Die Glaubwürdigkeit im Kampf gegen Mediennetzwerke darf nicht auf dem Altar der Geniertheit geopfert werden
Verbot und Zensur zu fordern, ist nicht hip in einer Kultur, die sich daran gewöhnt hat, dass alles geht. Aber genau diese Nachlässigkeit hat uns in die Situation gebracht, in der die Netzwerke, die es zu bekämpfen gilt, darüber bestimmen, ob jemand peinlich ist. Wer sich darauf einlässt, sich zu genieren, verspielt die Glaubwürdigkeit und das Vertrauen, es mit der Sicherung der Information ernst zu meinen.

Studie: Die meisten Nachbarinnen sind angezogen
Ist von einer oder der Nachbarin die Rede, assoziieren die meisten eine nackte Frau.
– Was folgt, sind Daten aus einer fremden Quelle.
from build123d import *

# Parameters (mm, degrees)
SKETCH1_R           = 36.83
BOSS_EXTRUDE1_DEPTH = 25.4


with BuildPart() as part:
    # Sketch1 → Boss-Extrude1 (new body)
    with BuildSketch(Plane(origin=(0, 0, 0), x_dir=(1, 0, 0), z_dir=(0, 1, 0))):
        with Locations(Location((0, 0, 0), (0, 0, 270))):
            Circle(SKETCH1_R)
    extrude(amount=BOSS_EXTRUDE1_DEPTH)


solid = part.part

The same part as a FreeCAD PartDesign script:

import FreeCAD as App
import Part
import Sketcher
from FreeCAD import Vector
Q = App.Units.Quantity

doc = App.newDocument("Part")
body = doc.addObject("PartDesign::Body", "Body")

# Sketch on XZ plane
sketch1 = body.newObject("Sketcher::SketchObject", "Sketch")
sketch1.AttachmentSupport = (doc.getObject("XZ_Plane"), [""])
sketch1.MapMode = "FlatFace"
sketch1.addGeometry(Part.Circle(Vector(0, 0, 0), Vector(0, 0, 1), 36.83), False)
sketch1.addConstraint(Sketcher.Constraint("Coincident", 0, 3, -1, 1))
sketch1.addConstraint(Sketcher.Constraint("Diameter", 0, Q("2.9 in")))
pad1 = body.newObject("PartDesign::Pad", "Pad")
pad1.Profile = sketch1
pad1.Length = Q("1 in")
pad1.Reversed = True

doc.recompute()
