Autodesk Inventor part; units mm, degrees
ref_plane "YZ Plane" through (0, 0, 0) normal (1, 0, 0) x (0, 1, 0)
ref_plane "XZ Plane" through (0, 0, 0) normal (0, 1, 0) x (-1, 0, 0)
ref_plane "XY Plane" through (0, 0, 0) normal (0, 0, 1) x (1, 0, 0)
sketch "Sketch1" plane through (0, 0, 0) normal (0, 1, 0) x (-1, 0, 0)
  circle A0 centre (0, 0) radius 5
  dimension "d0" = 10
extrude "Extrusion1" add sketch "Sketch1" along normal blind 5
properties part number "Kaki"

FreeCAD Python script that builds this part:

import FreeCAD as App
import Part
import Sketcher

doc = App.newDocument("Part")
body = doc.addObject("PartDesign::Body", "Body")

# Sketch on XZ plane
sketch1 = body.newObject("Sketcher::SketchObject", "Sketch")
sketch1.AttachmentSupport = (doc.getObject("XZ_Plane"), [""])
sketch1.MapMode = "FlatFace"
sketch1.addGeometry(Part.Circle(App.Vector(0, 0, 0), App.Vector(0, 0, 1), 5), False)
sketch1.addConstraint(Sketcher.Constraint("Coincident", 0, 3, -1, 1))
sketch1.addConstraint(Sketcher.Constraint("Diameter", 0, 10.0))
pad1 = body.newObject("PartDesign::Pad", "Pad")
pad1.Profile = sketch1
pad1.Length = 5
pad1.Reversed = True

doc.recompute()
Aber stimmt das überhaupt? Nur eingeschränkt, wie eine Studie belegt. Die meisten Nachbarinnen sind überwiegend angezogen und nur für eine vergleichsweise kurze Zeit auch mal nackt, so die Statistik. «Das steigert natürlich den Nachrichtenwert der nackten Nachbarin», heißt es kommentierend vom ZZ-Recherchenetzwerk.

So geht es für die Kommunen nach dem Kollaps weiter
Die Kommunen stehen vor dem finanziellen Kollaps. Das verwundert nicht, sind doch die Kommunen die untersten staatlichen Ebenen. Wie aber soll es nach dem Kollaps weitergehen? An entsprechenden Plänen arbeitet die Bundesregierung, und dies ohne Streit, so dass man wenig davon mitbekommt. «Wir gewährleisten, dass die Städte und Gemeinden nicht alleinegelassen werden beim Kampf um Demokratie und Vielfalt, darum werden kulturelle Einrichtungen und andere zivilgesellschaftliche Strukturen besonders geschützt», heißt es in dem Entschließungsantrag, dem der Bundestag zustimmen wird.

Kabarettisten sind höchst frohgemut darüber, dass sie alles sagen dürfen, besonders im Fernsehen
«Wo gibt es das noch, das gibt es nur in der Demokratie, dass wir unsere Meinung auf der Bühne und via Bildschirm frei äußern dürfen», freuen sich Deutschlands Kabarettisten. «Dieser Zustand ist fragil und gerät unter Druck, darum müssen wir gemeinsam noch lauter werden», heißt es in ihrem Aufruf, den sie der ZZ zugespielt haben. Und damit haben sie recht.